The donation disruption problem

And this isn’t just about principle – it’s about survival. When people use ChatGPT instead of Wikipedia for research, they’re completely bypassing the donation ecosystem that keeps the lights on. Think about it: you go to Wikipedia, you see those banner requests, maybe you chip in a few bucks. You ask an AI the same question? No banners, no reminders, no revenue stream for the source material. It’s a classic case of technology disrupting an existing business model, except Wikipedia doesn’t really have a business model – it has a donation model that AI could accidentally destroy.

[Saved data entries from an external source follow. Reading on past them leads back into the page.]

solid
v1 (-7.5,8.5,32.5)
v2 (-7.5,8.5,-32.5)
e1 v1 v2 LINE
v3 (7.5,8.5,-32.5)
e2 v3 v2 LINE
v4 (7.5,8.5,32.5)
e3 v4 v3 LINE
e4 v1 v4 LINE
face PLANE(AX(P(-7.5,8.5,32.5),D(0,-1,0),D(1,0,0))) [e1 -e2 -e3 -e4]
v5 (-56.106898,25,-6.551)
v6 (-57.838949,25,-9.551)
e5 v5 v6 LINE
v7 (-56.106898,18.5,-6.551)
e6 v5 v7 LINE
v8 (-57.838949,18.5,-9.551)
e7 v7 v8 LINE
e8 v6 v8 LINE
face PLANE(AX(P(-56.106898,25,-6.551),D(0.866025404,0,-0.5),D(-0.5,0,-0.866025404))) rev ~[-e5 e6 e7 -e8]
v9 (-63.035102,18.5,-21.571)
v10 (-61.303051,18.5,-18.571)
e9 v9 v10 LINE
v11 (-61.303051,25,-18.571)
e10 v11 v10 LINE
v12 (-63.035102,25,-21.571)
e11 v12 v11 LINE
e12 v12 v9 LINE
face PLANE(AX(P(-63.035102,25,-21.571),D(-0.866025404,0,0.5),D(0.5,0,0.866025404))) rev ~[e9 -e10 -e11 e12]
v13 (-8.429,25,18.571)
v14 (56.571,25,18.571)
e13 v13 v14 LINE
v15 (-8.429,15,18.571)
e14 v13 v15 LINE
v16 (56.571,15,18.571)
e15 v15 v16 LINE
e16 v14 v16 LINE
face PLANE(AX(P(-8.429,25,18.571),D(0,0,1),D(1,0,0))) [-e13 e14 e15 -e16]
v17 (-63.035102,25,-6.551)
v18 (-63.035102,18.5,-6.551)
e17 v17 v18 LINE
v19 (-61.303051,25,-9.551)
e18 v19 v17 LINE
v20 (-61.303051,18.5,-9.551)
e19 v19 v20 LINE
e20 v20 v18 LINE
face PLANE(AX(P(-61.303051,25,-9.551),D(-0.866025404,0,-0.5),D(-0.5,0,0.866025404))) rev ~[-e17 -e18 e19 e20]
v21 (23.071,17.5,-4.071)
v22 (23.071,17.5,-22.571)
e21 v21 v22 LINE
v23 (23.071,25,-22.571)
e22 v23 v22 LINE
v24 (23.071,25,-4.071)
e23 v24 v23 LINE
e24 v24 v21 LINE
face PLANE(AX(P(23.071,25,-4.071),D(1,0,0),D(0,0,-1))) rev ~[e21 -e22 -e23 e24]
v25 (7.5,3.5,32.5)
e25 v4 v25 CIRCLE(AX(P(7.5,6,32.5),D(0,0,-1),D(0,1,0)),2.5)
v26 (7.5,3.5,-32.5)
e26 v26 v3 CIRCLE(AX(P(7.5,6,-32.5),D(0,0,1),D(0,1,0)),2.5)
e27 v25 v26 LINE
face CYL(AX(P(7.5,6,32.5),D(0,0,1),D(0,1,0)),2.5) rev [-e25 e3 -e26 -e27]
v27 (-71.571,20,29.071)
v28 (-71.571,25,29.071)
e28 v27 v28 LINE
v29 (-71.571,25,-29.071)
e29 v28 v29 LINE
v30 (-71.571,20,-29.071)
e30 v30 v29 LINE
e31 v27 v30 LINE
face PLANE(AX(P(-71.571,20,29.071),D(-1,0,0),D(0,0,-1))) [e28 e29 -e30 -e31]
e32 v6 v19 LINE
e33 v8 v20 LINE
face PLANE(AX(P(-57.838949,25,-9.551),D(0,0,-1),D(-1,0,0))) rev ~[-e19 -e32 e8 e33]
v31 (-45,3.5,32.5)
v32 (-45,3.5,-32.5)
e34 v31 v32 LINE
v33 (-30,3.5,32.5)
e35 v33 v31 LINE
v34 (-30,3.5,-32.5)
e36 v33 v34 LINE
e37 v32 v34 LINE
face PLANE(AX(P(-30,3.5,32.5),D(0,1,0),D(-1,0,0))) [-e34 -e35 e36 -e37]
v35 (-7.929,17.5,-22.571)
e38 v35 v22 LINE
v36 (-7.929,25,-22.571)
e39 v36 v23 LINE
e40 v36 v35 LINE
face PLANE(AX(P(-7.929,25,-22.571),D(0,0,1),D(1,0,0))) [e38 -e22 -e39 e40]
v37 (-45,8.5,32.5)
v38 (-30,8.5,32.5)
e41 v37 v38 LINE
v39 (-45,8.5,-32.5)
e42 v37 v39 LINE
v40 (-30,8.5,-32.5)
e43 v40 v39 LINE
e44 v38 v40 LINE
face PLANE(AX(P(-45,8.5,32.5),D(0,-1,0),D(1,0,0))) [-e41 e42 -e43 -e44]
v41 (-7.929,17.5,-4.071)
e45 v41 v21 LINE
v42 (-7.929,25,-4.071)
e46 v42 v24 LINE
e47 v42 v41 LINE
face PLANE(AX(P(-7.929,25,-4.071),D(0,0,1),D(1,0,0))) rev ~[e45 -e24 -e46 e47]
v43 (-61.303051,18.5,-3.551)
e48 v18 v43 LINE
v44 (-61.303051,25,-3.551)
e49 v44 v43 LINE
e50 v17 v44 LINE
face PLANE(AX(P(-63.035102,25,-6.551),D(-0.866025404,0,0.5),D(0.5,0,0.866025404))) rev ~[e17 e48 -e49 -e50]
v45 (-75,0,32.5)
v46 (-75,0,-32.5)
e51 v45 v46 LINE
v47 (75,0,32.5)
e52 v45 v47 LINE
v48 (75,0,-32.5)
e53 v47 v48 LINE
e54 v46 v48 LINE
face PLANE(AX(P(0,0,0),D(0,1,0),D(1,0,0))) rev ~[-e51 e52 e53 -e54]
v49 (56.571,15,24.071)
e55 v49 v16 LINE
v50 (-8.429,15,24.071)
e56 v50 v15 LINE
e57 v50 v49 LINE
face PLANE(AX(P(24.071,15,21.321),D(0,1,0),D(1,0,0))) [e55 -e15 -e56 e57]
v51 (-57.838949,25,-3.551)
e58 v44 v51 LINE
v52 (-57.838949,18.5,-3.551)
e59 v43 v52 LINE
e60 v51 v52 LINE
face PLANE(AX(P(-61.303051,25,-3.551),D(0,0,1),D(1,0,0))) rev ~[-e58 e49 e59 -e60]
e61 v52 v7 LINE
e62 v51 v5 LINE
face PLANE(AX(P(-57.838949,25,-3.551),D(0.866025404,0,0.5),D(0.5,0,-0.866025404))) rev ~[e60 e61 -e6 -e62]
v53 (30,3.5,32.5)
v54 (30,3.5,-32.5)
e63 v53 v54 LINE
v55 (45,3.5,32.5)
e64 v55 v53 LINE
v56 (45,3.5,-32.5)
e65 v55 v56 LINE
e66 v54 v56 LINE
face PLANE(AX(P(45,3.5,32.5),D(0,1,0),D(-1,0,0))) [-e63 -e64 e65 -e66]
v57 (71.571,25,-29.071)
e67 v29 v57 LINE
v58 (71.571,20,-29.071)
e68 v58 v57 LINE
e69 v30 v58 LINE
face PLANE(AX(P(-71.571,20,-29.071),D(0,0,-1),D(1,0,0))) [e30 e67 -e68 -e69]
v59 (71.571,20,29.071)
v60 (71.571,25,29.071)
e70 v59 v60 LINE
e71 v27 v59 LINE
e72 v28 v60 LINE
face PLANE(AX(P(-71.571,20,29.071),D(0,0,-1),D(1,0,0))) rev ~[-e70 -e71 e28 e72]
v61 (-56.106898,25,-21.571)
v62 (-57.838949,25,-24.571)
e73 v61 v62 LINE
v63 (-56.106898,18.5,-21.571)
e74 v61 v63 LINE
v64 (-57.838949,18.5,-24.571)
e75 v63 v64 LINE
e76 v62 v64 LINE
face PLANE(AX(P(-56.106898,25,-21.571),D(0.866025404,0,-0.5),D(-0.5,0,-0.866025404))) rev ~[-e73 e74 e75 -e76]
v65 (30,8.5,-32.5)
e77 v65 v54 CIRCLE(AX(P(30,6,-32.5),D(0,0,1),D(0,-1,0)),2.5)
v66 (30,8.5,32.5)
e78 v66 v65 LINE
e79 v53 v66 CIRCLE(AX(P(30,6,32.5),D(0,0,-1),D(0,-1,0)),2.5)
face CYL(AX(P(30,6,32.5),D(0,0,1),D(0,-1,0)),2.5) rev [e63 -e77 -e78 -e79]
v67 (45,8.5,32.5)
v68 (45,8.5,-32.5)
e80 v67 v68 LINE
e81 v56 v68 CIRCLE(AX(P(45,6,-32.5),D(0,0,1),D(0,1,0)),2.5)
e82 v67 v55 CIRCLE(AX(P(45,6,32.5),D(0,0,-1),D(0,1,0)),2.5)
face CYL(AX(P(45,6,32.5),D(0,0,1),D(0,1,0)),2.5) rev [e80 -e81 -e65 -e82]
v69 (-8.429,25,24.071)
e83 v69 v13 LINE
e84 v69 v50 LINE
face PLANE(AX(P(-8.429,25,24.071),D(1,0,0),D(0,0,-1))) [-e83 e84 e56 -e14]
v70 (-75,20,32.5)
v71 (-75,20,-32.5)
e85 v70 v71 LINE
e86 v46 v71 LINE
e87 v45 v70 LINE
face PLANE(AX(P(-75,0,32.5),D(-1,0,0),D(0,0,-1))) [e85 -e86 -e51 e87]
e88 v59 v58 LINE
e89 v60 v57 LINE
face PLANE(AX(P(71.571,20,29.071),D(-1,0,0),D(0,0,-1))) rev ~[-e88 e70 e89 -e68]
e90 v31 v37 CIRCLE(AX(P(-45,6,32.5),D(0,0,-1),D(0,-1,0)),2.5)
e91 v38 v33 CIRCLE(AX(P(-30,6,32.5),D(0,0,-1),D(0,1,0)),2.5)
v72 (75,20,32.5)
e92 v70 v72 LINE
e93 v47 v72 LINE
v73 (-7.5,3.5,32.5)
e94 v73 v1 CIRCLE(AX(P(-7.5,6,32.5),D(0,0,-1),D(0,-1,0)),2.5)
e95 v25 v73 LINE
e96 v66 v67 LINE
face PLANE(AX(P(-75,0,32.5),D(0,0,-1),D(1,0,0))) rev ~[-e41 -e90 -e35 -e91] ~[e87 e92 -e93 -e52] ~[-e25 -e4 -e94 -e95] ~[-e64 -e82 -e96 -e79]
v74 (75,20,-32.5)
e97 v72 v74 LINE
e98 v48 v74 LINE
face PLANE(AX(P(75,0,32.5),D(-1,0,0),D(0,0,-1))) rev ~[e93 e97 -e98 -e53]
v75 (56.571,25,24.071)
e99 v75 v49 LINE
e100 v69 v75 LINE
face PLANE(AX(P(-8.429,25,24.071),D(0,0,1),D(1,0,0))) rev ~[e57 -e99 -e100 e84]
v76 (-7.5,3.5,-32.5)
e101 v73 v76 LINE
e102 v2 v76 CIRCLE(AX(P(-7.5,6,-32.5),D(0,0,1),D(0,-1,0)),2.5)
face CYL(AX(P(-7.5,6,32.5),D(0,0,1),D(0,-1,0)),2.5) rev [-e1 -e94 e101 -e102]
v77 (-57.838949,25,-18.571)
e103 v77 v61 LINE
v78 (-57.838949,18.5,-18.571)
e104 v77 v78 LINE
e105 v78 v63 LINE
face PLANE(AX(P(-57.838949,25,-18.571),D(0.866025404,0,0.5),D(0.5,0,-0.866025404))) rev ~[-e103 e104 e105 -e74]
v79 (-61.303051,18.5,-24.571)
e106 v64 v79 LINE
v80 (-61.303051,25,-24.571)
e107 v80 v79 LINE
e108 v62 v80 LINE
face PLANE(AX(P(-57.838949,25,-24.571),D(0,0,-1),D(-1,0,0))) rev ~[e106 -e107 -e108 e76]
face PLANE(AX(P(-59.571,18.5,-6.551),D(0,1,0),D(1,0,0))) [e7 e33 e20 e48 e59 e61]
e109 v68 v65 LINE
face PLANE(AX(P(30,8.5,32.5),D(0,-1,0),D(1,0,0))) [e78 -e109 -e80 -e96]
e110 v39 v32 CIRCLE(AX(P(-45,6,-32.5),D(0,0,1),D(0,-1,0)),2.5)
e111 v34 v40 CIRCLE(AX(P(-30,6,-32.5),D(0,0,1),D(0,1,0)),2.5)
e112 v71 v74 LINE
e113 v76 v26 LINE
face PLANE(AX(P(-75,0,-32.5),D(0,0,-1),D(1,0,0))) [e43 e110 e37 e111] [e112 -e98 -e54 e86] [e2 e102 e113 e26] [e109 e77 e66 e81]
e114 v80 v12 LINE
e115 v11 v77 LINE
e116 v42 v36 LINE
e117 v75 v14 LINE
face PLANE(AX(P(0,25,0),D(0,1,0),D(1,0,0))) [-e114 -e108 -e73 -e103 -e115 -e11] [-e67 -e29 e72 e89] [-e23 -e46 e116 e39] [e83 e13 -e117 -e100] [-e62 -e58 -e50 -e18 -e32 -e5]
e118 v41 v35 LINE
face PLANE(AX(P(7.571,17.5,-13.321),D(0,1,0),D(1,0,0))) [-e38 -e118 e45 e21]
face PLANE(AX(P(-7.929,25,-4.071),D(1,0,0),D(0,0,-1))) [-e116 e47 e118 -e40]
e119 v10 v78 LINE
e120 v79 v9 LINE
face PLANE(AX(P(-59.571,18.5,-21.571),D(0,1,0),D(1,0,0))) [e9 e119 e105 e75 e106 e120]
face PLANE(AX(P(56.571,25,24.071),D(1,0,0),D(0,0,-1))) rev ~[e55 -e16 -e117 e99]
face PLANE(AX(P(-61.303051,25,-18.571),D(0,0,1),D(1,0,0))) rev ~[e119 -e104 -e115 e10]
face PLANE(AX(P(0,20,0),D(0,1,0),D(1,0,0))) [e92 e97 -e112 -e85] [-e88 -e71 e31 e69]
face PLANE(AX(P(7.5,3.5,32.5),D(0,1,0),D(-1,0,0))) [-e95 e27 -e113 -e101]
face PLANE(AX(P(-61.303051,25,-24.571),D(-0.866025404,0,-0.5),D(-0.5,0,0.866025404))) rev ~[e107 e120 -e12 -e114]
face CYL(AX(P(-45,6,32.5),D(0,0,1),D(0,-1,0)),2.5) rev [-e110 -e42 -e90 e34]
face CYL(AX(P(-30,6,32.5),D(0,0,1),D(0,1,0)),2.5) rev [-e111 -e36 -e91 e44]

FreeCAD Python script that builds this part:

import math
import FreeCAD as App
import Part
import Sketcher
Q = App.Units.Quantity

doc = App.newDocument("Part")
params = doc.addObject("Spreadsheet::Sheet", "Params")
for row, (alias, value) in enumerate([
    ("sketch1_width", "150 mm"),
    ("sketch1_height", "65 mm"),
    ("pad1_length", "20 mm"),
    ("sketch2_radius", "2.5 mm"),
    ("sketch2_width", "15 mm"),
    ("pad2_length", "5 mm"),
    ("pocket2_length", "6.5 mm"),
    ("sketch5_width", "65 mm"),
    ("sketch5_height", "5.5 mm"),
    ("pocket3_length", "10 mm"),
    ("sketch6_width", "31 mm"),
    ("sketch6_height", "18.5 mm"),
    ("pocket4_length", "7.5 mm"),
], start=1):
    params.set(f"A{row}", alias)
    params.set(f"B{row}", "=" + value)
    params.setAlias(f"B{row}", alias)

body = doc.addObject("PartDesign::Body", "Body")

# Sketch on XZ plane
sketch1 = body.newObject("Sketcher::SketchObject", "Sketch")
sketch1.AttachmentSupport = (doc.getObject("XZ_Plane"), [""])
sketch1.MapMode = "FlatFace"
sketch1.addGeometry([
    Part.LineSegment(App.Vector(-75, -32, 0), App.Vector(-75, 32, 0)),
    Part.LineSegment(App.Vector(-75, 32, 0), App.Vector(75, 32, 0)),
    Part.LineSegment(App.Vector(75, 32, 0), App.Vector(75, -32, 0)),
    Part.LineSegment(App.Vector(75, -32, 0), App.Vector(-75, -32, 0)),
], False)
sketch1.addConstraint([
    Sketcher.Constraint("Coincident", 0, 2, 1, 1),
    Sketcher.Constraint("Coincident", 1, 2, 2, 1),
    Sketcher.Constraint("Coincident", 2, 2, 3, 1),
    Sketcher.Constraint("Coincident", 3, 2, 0, 1),
    Sketcher.Constraint("Vertical", 0),
    Sketcher.Constraint("Horizontal", 1),
    Sketcher.Constraint("Vertical", 2),
    Sketcher.Constraint("Horizontal", 3),
    Sketcher.Constraint("Symmetric", 0, 2, 2, 2, -1, 1),
    Sketcher.Constraint("DistanceX", 1, 1, 1, 2, 150.0),
    Sketcher.Constraint("DistanceY", 0, 1, 0, 2, 65.0),
])
sketch1.setExpression("Constraints[9]", "Params.sketch1_width")
sketch1.setExpression("Constraints[10]", "Params.sketch1_height")
pad1 = body.newObject("PartDesign::Pad", "Pad")
pad1.Profile = sketch1
pad1.setExpression("Length", "Params.pad1_length")
pad1.Reversed = True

The bigger content licensing war

Wikimedia’s move is part of a much larger trend that’s been building for years. The New York Times lawsuit against OpenAI is probably the most famous case, but we’re seeing two distinct approaches emerging. Some publishers are going the legal route, while others like Associated Press and Reuters are cutting licensing deals. The interesting question is which approach will win out in the long run. Will AI companies see the value in paying for quality content, or will they try to fight every publisher in court?

Where the money is

Now consider the timing. AI companies and their backers are swimming in cash – Nvidia briefly hit $5 trillion, while Microsoft and Alphabet broke $4 trillion earlier this year. These aren’t struggling startups – they’re among the most valuable companies in history. Meanwhile, Wikipedia’s trying to raise $179 million just to keep serving the world free knowledge. The imbalance is staggering, and Wikimedia’s basically saying “Hey, you can afford to chip in for the data you’re using to build trillion-dollar businesses.” It’s hard to argue with that math.